Music is what keeps the little bit of sanity I have in one piece. No matter what I'm feeling, music is a button or two away; it helps me get through the rough and enhances the good.


----------



## Aloysius (Jul 16, 2008)

GunnyHighway said:


> Music is what keeps the little bit of sanity I have in one piece. No matter what I'm feeling, music is a button or two away; it helps me get through the rough and enhances the good.


Ditto


----------



## Oxen (Nov 14, 2010)

im always listening to music.theres so much good stuff ud be crazy to sit in silence all day. I usually meditate to solfeggio harmonics. liberation from fear and dna repair are good ones to start with u can find em on u tube


----------



## heroin (Dec 10, 2010)

I don't usually use it to calm myself down. I use it to bludgeon myself into numbness like I use alcohol. The music I listen to can be rather loud. So, its purpose is not so much to calm me as it is to drown everything else out.


----------



## rockyraccoon (Dec 13, 2010)

I listen to music constantly. Music is the universal language that can be accepted by all cultures. I would be lost without it. Think of Paul Pott's version of Everybody Hurts when he sang it in I think it was Latin. How beautiful. Another great foreign language song that I truly love was played in the movie Mulholland Drive by Rebekah Del Rio (Llorando). When I heard this tune I thought wow this is awesome, but it sounds so familiar yet it was sung in Spanish. Then I figured it out; she was singing Crying by Roy Orbison.


----------



## senrab (Apr 23, 2006)

all the time........Stuck in a Moment by U2 helps me a lot.


----------



## rockyraccoon (Dec 13, 2010)

senrab said:


> all the time........Stuck in a Moment by U2 helps me a lot.

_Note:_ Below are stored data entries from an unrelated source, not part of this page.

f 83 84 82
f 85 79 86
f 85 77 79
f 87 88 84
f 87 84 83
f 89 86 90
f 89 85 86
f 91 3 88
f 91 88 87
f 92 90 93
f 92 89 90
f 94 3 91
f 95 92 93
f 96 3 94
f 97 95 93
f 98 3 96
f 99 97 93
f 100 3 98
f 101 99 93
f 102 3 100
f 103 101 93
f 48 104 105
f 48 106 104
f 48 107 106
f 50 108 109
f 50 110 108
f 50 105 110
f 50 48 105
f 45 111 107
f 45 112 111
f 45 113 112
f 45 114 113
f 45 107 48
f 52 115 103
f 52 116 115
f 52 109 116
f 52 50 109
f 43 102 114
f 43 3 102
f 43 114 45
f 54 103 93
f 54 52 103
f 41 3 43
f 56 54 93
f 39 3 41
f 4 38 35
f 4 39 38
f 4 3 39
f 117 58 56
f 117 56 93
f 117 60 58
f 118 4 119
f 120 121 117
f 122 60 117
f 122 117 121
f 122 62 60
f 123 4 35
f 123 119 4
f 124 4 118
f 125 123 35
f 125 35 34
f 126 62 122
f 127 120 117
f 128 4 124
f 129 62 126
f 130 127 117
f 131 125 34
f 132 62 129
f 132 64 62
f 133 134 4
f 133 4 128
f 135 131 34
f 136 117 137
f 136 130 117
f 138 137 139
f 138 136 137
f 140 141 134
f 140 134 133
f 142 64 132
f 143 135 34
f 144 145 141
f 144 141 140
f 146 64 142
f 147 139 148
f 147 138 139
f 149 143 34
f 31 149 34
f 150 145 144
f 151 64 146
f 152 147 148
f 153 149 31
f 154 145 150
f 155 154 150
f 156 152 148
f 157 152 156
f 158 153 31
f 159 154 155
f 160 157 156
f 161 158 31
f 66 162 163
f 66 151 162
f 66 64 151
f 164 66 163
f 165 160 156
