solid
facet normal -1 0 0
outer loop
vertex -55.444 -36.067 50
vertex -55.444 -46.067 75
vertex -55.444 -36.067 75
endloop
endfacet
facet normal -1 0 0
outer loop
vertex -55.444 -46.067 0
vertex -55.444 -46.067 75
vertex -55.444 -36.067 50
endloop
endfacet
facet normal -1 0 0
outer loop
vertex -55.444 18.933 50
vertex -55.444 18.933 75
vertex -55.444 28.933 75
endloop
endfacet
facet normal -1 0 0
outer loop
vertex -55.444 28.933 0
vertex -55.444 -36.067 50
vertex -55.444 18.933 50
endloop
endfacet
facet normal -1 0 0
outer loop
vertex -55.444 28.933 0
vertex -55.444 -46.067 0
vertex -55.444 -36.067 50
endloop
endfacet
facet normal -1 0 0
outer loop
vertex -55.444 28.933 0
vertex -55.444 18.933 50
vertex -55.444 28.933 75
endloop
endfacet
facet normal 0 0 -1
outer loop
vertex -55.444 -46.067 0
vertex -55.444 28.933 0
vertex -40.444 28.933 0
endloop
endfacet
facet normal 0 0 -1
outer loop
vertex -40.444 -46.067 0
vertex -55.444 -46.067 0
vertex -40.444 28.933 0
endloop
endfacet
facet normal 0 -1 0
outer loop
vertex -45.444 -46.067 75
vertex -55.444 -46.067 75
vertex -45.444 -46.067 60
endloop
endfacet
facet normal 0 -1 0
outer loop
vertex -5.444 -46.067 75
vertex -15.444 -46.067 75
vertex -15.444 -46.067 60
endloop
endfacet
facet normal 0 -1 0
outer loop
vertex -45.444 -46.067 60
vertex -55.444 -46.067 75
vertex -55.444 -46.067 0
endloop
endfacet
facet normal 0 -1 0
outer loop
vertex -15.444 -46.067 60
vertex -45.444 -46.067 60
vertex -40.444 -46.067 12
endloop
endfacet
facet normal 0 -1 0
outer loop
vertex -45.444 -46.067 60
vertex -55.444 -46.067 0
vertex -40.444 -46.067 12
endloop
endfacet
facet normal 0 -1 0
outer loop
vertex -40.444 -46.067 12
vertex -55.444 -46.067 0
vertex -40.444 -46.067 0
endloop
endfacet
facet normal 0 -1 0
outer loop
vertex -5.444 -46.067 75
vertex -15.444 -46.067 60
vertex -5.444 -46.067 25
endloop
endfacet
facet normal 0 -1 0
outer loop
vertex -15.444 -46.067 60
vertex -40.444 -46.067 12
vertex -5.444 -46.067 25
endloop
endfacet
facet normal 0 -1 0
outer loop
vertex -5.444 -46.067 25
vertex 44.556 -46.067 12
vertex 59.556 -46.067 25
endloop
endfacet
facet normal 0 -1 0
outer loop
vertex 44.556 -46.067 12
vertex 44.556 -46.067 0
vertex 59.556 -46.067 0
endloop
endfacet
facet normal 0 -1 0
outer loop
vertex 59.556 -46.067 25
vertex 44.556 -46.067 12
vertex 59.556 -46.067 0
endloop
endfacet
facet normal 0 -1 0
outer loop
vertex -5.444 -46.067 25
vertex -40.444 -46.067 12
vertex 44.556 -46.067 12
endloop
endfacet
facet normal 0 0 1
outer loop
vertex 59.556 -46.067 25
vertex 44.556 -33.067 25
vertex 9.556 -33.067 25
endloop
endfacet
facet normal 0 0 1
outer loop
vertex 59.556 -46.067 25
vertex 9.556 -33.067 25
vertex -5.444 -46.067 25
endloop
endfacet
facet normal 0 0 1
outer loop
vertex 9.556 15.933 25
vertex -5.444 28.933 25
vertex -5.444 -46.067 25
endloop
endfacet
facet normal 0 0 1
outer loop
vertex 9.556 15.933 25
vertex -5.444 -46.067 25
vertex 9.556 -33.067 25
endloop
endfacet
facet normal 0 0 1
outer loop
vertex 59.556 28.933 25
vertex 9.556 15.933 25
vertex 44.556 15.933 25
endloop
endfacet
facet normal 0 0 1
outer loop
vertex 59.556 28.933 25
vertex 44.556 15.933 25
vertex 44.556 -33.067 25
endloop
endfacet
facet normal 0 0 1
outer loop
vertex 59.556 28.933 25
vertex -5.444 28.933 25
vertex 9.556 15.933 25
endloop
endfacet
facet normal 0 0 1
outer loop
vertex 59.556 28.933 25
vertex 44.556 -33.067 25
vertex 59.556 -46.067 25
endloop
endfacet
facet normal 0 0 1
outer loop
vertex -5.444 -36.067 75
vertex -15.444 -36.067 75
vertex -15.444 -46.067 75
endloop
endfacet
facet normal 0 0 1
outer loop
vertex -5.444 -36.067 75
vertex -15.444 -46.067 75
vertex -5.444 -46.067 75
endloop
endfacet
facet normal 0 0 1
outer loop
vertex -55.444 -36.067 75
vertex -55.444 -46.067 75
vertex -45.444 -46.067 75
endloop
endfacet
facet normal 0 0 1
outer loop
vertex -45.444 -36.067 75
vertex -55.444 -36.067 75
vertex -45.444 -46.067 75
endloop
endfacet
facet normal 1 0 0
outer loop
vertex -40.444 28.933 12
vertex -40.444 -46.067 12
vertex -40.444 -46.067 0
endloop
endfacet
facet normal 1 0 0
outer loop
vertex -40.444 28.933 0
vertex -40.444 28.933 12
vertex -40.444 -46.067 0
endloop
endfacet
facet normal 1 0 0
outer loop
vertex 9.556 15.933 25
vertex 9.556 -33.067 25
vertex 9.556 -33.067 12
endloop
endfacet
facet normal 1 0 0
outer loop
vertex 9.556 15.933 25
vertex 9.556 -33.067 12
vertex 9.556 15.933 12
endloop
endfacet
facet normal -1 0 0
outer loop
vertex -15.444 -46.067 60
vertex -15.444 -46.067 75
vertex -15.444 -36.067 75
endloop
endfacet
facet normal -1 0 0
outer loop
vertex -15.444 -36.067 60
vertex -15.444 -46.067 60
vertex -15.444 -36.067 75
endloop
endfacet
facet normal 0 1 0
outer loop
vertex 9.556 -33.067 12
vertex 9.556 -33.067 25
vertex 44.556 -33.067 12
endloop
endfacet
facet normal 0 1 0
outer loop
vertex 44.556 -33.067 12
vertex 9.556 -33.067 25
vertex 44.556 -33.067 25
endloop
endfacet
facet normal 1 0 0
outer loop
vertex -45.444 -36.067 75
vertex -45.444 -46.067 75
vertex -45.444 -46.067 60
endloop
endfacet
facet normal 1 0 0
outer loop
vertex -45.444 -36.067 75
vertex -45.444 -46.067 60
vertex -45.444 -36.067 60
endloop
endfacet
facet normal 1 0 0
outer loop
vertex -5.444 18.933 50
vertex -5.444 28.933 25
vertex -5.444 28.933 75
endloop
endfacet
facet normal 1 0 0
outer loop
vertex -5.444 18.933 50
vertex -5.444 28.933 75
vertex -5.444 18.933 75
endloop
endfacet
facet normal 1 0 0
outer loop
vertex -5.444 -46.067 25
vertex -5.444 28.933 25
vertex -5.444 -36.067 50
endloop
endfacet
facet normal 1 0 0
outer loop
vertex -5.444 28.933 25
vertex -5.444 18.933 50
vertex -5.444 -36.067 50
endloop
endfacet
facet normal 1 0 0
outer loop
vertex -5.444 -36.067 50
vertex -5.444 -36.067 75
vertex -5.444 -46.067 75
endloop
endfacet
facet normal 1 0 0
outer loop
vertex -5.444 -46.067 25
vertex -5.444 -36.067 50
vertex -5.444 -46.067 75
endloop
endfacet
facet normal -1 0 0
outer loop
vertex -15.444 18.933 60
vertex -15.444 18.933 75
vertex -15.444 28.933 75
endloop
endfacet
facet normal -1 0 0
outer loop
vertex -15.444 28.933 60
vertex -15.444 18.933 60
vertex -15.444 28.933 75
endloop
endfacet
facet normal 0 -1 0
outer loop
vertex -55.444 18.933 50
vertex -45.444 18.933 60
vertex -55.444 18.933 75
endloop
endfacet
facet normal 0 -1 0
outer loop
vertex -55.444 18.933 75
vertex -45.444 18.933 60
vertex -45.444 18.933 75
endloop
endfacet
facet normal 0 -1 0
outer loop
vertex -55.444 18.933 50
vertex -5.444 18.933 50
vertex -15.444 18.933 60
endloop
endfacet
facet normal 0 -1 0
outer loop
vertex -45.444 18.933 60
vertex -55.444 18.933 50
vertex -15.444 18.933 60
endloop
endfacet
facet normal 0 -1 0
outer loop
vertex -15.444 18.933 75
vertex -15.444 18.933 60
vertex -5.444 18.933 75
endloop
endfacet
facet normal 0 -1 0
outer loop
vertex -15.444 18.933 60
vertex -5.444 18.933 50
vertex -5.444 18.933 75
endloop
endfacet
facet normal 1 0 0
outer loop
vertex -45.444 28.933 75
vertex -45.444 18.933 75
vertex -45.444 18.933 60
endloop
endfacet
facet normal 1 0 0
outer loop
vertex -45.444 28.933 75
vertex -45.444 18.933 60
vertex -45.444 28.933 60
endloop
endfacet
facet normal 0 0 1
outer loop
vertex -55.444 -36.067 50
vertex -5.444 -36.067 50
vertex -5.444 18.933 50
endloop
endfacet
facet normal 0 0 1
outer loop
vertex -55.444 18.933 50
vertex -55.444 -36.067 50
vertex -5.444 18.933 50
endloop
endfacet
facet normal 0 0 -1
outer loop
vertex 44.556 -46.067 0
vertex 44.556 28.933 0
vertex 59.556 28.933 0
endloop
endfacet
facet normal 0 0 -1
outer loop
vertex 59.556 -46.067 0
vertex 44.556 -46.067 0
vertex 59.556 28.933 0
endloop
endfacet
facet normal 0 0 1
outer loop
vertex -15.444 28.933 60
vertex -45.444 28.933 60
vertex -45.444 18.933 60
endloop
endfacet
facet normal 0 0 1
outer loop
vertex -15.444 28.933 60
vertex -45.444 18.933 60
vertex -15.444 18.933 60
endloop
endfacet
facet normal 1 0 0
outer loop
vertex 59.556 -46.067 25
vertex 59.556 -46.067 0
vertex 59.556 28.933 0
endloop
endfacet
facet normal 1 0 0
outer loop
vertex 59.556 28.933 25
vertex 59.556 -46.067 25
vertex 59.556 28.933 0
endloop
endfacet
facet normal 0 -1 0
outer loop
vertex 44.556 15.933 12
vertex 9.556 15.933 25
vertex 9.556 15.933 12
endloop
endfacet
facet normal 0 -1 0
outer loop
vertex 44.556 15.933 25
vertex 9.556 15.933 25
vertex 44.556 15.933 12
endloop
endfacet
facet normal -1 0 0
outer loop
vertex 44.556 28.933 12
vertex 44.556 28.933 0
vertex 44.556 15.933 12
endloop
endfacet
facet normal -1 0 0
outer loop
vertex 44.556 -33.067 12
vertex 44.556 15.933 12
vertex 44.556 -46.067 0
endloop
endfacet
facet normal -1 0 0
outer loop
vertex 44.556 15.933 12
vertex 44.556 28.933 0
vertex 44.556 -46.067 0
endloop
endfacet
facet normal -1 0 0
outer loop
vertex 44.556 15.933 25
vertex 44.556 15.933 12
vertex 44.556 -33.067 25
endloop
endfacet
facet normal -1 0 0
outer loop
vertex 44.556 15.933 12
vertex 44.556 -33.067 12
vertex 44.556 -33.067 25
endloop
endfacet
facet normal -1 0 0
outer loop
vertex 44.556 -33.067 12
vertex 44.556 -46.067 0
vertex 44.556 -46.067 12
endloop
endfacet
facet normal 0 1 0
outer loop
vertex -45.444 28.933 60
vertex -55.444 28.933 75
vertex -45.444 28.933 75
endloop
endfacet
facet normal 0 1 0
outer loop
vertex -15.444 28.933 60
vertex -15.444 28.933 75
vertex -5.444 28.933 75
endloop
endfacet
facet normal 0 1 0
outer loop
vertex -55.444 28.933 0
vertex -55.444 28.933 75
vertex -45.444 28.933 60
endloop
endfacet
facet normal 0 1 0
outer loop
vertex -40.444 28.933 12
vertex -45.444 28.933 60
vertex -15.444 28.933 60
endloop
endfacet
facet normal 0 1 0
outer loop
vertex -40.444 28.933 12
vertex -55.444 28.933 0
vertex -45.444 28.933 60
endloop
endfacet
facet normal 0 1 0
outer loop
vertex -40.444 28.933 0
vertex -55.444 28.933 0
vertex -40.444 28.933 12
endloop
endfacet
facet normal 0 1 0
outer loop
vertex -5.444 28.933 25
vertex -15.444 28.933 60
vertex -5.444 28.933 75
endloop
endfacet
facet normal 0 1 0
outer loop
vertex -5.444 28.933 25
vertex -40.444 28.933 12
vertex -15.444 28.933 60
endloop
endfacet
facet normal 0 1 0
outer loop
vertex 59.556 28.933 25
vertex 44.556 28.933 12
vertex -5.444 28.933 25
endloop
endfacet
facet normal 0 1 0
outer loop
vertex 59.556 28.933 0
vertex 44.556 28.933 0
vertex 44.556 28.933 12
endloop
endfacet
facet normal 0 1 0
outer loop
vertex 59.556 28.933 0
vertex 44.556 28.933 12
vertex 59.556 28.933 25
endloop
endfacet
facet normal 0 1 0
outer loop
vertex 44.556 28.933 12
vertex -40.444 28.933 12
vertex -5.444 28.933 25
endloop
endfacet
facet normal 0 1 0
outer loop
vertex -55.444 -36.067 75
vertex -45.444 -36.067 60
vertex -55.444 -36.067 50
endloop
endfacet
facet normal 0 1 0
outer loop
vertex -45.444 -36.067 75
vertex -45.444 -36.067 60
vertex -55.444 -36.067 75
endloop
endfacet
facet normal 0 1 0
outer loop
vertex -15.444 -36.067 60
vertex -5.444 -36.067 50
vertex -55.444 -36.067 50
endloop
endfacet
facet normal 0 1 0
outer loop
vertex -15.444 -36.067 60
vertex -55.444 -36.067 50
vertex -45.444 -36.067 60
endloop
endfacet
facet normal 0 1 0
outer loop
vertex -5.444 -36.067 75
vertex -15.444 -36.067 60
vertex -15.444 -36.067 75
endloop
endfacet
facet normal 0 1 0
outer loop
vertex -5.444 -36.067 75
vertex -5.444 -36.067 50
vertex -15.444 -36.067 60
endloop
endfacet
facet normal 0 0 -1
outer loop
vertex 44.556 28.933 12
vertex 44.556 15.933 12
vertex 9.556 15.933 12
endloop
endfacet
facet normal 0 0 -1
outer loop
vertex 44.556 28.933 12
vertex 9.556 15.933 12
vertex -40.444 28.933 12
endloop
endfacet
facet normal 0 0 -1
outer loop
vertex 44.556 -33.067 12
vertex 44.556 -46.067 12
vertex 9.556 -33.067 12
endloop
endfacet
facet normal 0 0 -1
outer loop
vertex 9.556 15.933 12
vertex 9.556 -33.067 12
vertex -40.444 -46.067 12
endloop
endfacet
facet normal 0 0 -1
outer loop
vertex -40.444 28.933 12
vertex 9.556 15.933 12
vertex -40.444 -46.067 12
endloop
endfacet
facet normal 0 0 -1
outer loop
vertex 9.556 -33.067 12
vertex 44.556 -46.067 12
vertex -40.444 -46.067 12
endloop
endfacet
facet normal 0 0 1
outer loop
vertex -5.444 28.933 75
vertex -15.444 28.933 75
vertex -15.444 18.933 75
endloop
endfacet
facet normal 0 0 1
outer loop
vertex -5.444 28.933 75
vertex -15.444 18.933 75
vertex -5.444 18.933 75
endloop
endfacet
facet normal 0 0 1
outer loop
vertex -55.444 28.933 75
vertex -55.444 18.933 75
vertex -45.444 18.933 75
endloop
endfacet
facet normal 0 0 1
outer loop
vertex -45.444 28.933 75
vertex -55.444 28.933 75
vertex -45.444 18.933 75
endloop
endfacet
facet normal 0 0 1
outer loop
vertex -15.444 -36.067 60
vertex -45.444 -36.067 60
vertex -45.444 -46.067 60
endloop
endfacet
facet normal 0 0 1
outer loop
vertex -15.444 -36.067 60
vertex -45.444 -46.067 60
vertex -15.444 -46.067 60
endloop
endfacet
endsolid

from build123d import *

# Parameters (mm, degrees)
F0_W      = 115
F0_H      = 75
F1_DEPTH  = 25
F2_DEPTH  = 75
F4_DEPTH  = 75.001
F6_DEPTH  = 50
F7_W      = 55
F7_H      = 25
F8_DEPTH  = 50.001
F9_W      = 35
F9_H      = 49
F10_DEPTH = 25.001
F11_W     = 30
F11_H     = 10
F12_DEPTH = 15
F13_W     = 30
F13_H     = 10
F14_DEPTH = 15


with BuildPart() as f1:
    # F0 (on Top) → F1 (new body)
    with BuildSketch(Plane.XY):
        with Locations((2.0555268228, -8.5665475577)):
            Rectangle(F0_W, F0_H)
    extrude(amount=F1_DEPTH)

    # F0 (on Top) → F2 (join)
    with BuildSketch(Plane.XY):
        with Locations((2.0555268228, -8.5665475577)):
            Rectangle(F0_W, F0_H)
    extrude(amount=F2_DEPTH)

    # F3 (on face) → F4 (cut, through all)
    with BuildSketch(Plane.XZ.offset(46.0665475577)):
        Polygon((-40.4444731772, 12), (-40.4444731772, 0), (-1.3980267197, 0), (44.5555268228, 0), (44.5555268228, 12), align=None)
    extrude(amount=-F4_DEPTH, mode=Mode.SUBTRACT)

    # F5 (on face) → F6 (cut)
    with BuildSketch(Plane.XY.offset(75)):
        Polygon((59.5555268228, 28.9334524423), (-5.4444731772, 28.9334524423), (-5.4444731772, 18.9334524423), (-5.4444731772, -36.0665475577), (-5.4444731772, -46.0665475577), (59.5555268228, -46.0665475577), align=None)
    extrude(amount=-F6_DEPTH, mode=Mode.SUBTRACT)

    # F7 (on face) → F8 (cut, through all)
    with BuildSketch(Plane.YZ.offset(-5.4444731772)):
        with Locations((-8.5665475577, 62.5)):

I listen to the unplugged version of Stuck In A Moment on a daily basis. Totally awesome song.


----------



## senrab (Apr 23, 2006)

ihl said:


> I listen to the unplugged version of Stuck In A Moment on a daily basis. Totally awesome song.


my favorite line is the first one - "I am not afraid of anything in this world."


----------



## rockyraccoon (Dec 13, 2010)

senrab said:


> my favorite line is the first one - "I am not afraid of anything in this world."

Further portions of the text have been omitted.